/WebScrapingBot

Node.js, CasperJs, Async, LoDash - Web Scraping Bot

Primary LanguageJavaScript

ScrapeTool - Project Write-Up

Whilst working for a data analytics start up on a voluntary basis I created a bot that scraped the website lendwithcare.org.

The website is a crowdfunding platform which contains historical information on projects. The bot scraped all key project data for over 10,000 projects across the developing world.

The web scraping bot was written in Node.js. This JavaScript framework was chosen as large amounts of simultaneous Ajax requests can made and their responses processed asynchronously as and when the request is fulfilled.

The first stage was to scrape all the links for 10,000 projects from the projects directory on lendwithcare.org.

The first obstacle that made the scraping process challenging was that the maximum amount of projects in the directory that were viewable at once was 15. More projects could only be dynamically loaded in further increments of 15. This was due to the fact that the ‘load more’ button only appeared after the previous results from the previous click had fully loaded. In order to overcome this issue I used CasperJS.

This open source navigation scripting & testing utility allowed me to automate this actuation of ‘the load more’ button in a headless browser. The script would activate the button, wait for the next button to appear before paginating again. This process was completed until the button no longer appeared meaning that all results had been retrieved. Then I retrieved the entire HTML body in order to use a regular expression that parsed every profile link from the string that made up the HTML body.

The use of an asynchronous programming environment led to foreseeably large performance gains.
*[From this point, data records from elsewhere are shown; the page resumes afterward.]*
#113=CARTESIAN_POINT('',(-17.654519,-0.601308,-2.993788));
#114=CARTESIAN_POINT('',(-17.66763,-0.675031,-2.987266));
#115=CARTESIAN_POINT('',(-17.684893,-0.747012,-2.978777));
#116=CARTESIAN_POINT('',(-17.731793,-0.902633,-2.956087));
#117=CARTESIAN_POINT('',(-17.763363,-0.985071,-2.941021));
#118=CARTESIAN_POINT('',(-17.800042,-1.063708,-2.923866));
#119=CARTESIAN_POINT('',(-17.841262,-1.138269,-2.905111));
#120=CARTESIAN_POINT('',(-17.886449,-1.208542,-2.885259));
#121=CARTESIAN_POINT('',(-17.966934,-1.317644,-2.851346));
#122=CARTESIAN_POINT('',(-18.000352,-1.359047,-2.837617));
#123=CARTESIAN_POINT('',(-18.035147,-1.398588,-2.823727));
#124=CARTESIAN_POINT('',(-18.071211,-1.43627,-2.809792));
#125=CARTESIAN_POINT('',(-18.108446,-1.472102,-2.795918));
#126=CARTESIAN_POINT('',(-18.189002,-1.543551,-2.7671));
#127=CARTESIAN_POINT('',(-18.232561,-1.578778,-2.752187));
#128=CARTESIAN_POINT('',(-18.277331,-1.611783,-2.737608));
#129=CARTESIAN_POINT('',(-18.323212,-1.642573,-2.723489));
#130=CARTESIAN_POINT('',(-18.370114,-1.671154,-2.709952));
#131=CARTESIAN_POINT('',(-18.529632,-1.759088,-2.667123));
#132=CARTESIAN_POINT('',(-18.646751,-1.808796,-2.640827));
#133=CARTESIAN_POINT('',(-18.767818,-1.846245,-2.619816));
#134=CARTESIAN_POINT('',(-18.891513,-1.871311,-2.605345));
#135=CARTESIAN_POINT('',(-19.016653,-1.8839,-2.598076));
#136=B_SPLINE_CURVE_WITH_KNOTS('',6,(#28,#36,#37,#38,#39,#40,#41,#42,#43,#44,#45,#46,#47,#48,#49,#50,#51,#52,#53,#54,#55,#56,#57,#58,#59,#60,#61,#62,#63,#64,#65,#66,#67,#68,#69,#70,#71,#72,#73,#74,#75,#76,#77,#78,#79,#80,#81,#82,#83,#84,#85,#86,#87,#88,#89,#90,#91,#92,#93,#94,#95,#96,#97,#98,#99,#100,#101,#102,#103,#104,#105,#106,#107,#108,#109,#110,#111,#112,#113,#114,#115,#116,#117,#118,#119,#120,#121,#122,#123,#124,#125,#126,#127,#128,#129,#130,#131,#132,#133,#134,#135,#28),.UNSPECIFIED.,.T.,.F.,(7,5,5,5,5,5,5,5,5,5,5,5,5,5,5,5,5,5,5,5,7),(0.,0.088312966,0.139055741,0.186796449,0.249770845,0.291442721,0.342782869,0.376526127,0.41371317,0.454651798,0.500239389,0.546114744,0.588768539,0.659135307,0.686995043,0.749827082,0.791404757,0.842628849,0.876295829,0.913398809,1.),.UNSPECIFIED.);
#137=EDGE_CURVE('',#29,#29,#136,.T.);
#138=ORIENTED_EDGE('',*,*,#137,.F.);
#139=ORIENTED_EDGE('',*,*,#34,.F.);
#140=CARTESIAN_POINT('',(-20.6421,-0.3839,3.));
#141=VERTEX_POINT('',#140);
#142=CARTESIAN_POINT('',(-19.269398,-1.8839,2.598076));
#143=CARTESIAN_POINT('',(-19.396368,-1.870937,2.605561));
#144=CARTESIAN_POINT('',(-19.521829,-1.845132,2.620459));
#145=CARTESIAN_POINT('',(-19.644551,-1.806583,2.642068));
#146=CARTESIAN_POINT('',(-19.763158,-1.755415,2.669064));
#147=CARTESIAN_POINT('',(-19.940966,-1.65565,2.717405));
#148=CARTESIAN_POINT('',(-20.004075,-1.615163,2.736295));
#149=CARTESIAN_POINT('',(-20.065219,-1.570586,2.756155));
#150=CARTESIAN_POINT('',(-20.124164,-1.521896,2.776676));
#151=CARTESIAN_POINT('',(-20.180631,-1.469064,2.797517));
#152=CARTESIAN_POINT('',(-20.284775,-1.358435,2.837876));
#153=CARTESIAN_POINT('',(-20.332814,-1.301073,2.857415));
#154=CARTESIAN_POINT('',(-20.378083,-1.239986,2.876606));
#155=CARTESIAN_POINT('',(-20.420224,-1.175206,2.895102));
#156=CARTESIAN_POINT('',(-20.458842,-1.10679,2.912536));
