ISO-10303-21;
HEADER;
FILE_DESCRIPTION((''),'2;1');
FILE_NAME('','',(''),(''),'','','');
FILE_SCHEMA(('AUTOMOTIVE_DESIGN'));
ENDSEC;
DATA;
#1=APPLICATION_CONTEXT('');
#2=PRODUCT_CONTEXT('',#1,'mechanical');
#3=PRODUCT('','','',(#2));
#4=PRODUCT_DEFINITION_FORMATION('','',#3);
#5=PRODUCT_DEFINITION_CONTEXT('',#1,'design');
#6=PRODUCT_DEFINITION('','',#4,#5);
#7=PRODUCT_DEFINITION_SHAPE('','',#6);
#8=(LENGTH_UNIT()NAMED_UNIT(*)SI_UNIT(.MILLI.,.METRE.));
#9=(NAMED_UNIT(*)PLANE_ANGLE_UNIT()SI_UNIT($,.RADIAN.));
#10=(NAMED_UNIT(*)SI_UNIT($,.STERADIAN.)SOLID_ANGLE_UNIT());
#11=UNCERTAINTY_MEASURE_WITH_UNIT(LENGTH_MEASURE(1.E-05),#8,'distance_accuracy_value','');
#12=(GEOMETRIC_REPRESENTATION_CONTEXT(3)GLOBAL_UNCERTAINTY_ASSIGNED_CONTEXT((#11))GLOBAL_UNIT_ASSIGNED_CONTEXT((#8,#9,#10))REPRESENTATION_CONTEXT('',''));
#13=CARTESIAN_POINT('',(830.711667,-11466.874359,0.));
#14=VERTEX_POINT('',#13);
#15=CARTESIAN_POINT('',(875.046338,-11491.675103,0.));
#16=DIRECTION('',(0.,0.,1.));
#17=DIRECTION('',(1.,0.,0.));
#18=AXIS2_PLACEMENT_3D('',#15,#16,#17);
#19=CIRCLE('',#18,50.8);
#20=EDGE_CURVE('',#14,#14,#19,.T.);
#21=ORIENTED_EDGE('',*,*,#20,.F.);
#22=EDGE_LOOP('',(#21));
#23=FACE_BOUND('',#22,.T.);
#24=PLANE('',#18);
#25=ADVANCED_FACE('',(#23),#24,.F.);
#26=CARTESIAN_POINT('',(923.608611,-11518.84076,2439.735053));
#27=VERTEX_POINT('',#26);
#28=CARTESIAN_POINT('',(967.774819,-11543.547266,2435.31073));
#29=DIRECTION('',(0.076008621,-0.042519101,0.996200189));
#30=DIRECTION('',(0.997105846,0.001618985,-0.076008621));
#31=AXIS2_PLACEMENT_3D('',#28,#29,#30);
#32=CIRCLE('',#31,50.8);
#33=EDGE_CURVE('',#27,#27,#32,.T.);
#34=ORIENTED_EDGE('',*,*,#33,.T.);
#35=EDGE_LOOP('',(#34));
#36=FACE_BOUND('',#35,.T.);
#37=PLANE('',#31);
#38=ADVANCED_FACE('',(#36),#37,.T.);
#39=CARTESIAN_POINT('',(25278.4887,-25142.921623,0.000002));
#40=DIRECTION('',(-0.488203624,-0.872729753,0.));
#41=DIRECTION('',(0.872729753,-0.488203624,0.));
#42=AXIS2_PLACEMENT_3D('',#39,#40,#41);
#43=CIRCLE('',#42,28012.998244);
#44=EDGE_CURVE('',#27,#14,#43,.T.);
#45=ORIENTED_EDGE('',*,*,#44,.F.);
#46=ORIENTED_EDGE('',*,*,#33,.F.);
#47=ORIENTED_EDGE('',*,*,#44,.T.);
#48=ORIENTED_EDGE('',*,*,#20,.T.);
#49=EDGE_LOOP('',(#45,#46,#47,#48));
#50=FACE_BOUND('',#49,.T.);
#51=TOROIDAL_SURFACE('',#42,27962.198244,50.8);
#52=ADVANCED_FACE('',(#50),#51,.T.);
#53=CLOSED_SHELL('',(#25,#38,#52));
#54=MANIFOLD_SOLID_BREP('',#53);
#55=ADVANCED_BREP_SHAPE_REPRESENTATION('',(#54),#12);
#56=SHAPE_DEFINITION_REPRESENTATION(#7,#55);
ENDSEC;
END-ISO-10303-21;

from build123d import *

# Parameters (mm, degrees)
SKETCH1_R = 50.8


with BuildPart() as part:
    # Sweep1: sweep along a path in Sketch2
    with BuildLine(Plane(origin=(-4687.695060265, -8379.886484648, 0), x_dir=(0.8455648946371895, -0.4730076459848942, 0.24755560142527056), z_dir=(0.4882036240797101, 0.8727297528074984, -2.8310687127941484e-15))) as sweep1_path:
        ThreePointArc((6175.558654101, 1577.908609455), (6503.031025405, 403.610943158), (6881.377344411, -755.296829674))
    # Sketch1 → Sweep1 (sweep)
    with BuildSketch(Plane.XY):
        with Locations((875.046338123, -11491.675102902)):
            Circle(SKETCH1_R)
    sweep(path=sweep1_path.line)


solid = part.part
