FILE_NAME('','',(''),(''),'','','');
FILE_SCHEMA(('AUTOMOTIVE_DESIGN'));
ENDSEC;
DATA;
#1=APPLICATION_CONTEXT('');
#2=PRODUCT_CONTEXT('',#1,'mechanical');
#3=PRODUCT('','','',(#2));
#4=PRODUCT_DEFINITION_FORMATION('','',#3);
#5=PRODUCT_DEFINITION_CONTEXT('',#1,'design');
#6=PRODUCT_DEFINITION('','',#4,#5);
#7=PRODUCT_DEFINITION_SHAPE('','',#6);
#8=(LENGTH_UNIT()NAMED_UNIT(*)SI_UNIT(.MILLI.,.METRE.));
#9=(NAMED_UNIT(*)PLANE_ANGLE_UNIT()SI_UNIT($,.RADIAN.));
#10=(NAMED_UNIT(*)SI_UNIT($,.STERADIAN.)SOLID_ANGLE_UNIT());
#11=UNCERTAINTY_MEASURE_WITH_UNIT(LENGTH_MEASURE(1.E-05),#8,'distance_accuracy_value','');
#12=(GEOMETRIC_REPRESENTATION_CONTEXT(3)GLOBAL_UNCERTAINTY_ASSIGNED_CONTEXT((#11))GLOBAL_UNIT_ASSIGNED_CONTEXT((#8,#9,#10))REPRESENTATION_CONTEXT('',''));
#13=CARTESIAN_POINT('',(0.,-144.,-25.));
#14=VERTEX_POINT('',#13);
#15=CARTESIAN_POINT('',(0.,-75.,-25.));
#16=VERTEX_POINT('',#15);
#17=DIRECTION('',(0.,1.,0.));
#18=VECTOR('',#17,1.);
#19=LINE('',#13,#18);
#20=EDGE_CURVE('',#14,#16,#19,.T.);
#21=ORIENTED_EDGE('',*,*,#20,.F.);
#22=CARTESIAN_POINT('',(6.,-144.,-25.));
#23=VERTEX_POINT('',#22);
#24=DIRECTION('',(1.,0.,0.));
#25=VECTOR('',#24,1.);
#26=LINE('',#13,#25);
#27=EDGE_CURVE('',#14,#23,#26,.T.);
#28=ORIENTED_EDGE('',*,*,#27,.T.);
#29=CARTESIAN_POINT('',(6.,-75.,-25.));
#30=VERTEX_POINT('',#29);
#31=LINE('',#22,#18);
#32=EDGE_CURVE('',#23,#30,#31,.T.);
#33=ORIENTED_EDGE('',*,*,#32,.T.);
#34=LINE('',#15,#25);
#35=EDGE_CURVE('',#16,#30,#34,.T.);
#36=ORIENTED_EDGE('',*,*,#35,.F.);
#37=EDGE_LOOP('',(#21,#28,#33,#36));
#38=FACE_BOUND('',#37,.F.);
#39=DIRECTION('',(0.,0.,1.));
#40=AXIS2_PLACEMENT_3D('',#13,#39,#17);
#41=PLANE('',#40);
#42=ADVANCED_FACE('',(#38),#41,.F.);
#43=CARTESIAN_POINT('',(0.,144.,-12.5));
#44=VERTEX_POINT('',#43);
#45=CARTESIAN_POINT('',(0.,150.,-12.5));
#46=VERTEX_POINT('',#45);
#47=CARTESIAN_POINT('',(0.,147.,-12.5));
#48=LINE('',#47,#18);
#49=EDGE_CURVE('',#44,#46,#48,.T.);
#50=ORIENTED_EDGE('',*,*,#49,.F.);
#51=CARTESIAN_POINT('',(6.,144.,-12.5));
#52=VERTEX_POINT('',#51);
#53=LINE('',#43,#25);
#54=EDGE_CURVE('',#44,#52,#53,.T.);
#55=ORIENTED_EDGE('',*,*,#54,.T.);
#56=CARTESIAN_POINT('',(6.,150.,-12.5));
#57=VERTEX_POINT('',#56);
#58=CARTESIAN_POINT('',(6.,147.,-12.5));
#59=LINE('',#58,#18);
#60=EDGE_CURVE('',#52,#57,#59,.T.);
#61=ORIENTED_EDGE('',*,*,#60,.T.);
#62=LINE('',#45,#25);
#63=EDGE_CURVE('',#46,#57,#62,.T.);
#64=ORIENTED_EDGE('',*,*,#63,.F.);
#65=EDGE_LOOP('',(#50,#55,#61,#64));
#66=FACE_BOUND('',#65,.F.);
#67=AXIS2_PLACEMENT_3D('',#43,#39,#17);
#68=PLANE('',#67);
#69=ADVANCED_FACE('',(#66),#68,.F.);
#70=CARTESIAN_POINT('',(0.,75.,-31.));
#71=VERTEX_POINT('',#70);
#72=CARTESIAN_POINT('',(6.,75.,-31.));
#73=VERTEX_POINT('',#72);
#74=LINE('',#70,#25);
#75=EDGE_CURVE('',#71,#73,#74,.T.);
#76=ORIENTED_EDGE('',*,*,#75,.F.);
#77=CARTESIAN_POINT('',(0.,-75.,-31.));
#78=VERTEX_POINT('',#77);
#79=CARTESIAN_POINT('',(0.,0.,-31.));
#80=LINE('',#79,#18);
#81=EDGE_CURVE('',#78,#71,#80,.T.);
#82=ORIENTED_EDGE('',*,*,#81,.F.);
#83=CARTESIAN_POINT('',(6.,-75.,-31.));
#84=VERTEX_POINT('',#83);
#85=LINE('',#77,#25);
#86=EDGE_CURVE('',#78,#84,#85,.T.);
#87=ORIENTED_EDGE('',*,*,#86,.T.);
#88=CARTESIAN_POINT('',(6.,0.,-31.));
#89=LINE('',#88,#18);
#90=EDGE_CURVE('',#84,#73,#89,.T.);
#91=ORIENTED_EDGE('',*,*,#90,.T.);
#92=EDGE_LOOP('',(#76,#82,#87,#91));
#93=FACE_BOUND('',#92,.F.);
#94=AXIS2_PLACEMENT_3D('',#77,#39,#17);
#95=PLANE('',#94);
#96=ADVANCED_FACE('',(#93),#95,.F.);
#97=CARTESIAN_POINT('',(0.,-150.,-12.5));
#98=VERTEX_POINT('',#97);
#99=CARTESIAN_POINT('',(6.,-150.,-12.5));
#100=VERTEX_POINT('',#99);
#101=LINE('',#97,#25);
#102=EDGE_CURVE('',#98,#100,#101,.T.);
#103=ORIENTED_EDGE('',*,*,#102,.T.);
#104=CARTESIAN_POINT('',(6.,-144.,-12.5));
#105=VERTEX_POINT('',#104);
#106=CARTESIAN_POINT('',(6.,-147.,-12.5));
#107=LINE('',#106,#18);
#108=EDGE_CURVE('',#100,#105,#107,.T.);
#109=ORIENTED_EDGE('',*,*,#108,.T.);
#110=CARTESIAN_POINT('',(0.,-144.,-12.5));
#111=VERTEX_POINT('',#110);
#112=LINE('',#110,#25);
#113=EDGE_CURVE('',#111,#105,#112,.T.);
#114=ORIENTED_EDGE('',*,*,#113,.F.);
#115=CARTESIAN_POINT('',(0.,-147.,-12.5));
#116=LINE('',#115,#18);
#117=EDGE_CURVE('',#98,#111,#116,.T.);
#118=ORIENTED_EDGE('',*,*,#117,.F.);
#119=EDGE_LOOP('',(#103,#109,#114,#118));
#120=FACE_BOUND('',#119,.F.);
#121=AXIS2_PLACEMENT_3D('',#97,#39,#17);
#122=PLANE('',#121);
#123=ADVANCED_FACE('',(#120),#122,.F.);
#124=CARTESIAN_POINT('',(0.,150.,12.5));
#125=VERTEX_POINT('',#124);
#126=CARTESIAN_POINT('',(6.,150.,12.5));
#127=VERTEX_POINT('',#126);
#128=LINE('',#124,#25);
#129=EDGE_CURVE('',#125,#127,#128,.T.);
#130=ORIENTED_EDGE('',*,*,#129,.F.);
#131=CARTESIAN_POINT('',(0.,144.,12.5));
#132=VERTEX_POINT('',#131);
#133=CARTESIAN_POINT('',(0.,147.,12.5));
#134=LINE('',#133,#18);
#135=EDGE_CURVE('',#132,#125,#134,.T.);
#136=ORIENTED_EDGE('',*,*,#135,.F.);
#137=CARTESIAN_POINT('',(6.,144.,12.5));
Armed with a list of thousands of project links I could scrape all the project attributes and process them asynchronously.

This means that unlike in a synchronous programming language where I would have to make a single Ajax request and wait for a response before making the next request I could make 50 simultaneous requests at the same time and process the response of each request when it occurred. I used the Async library which provides a suite of utility functions for dealing with asynchronous JavaScript.

Through the use of a queue I was able to limit the amount of simultaneous Ajax requests to 50 despite there being thousands of requests to make in total. As each request was fulfilled it was taken off the front of the queue and a new request was placed on the end of the queue.

An improvement to the bot could be made that would lead to major performance increases. This would involve altering the bot to concurrently scrape project links via CasperJS and then scraping the individual profile.

The final results were written to a JSON file. Typically the next stage would involve cleaning and processing through a library such as Python’s Pandas.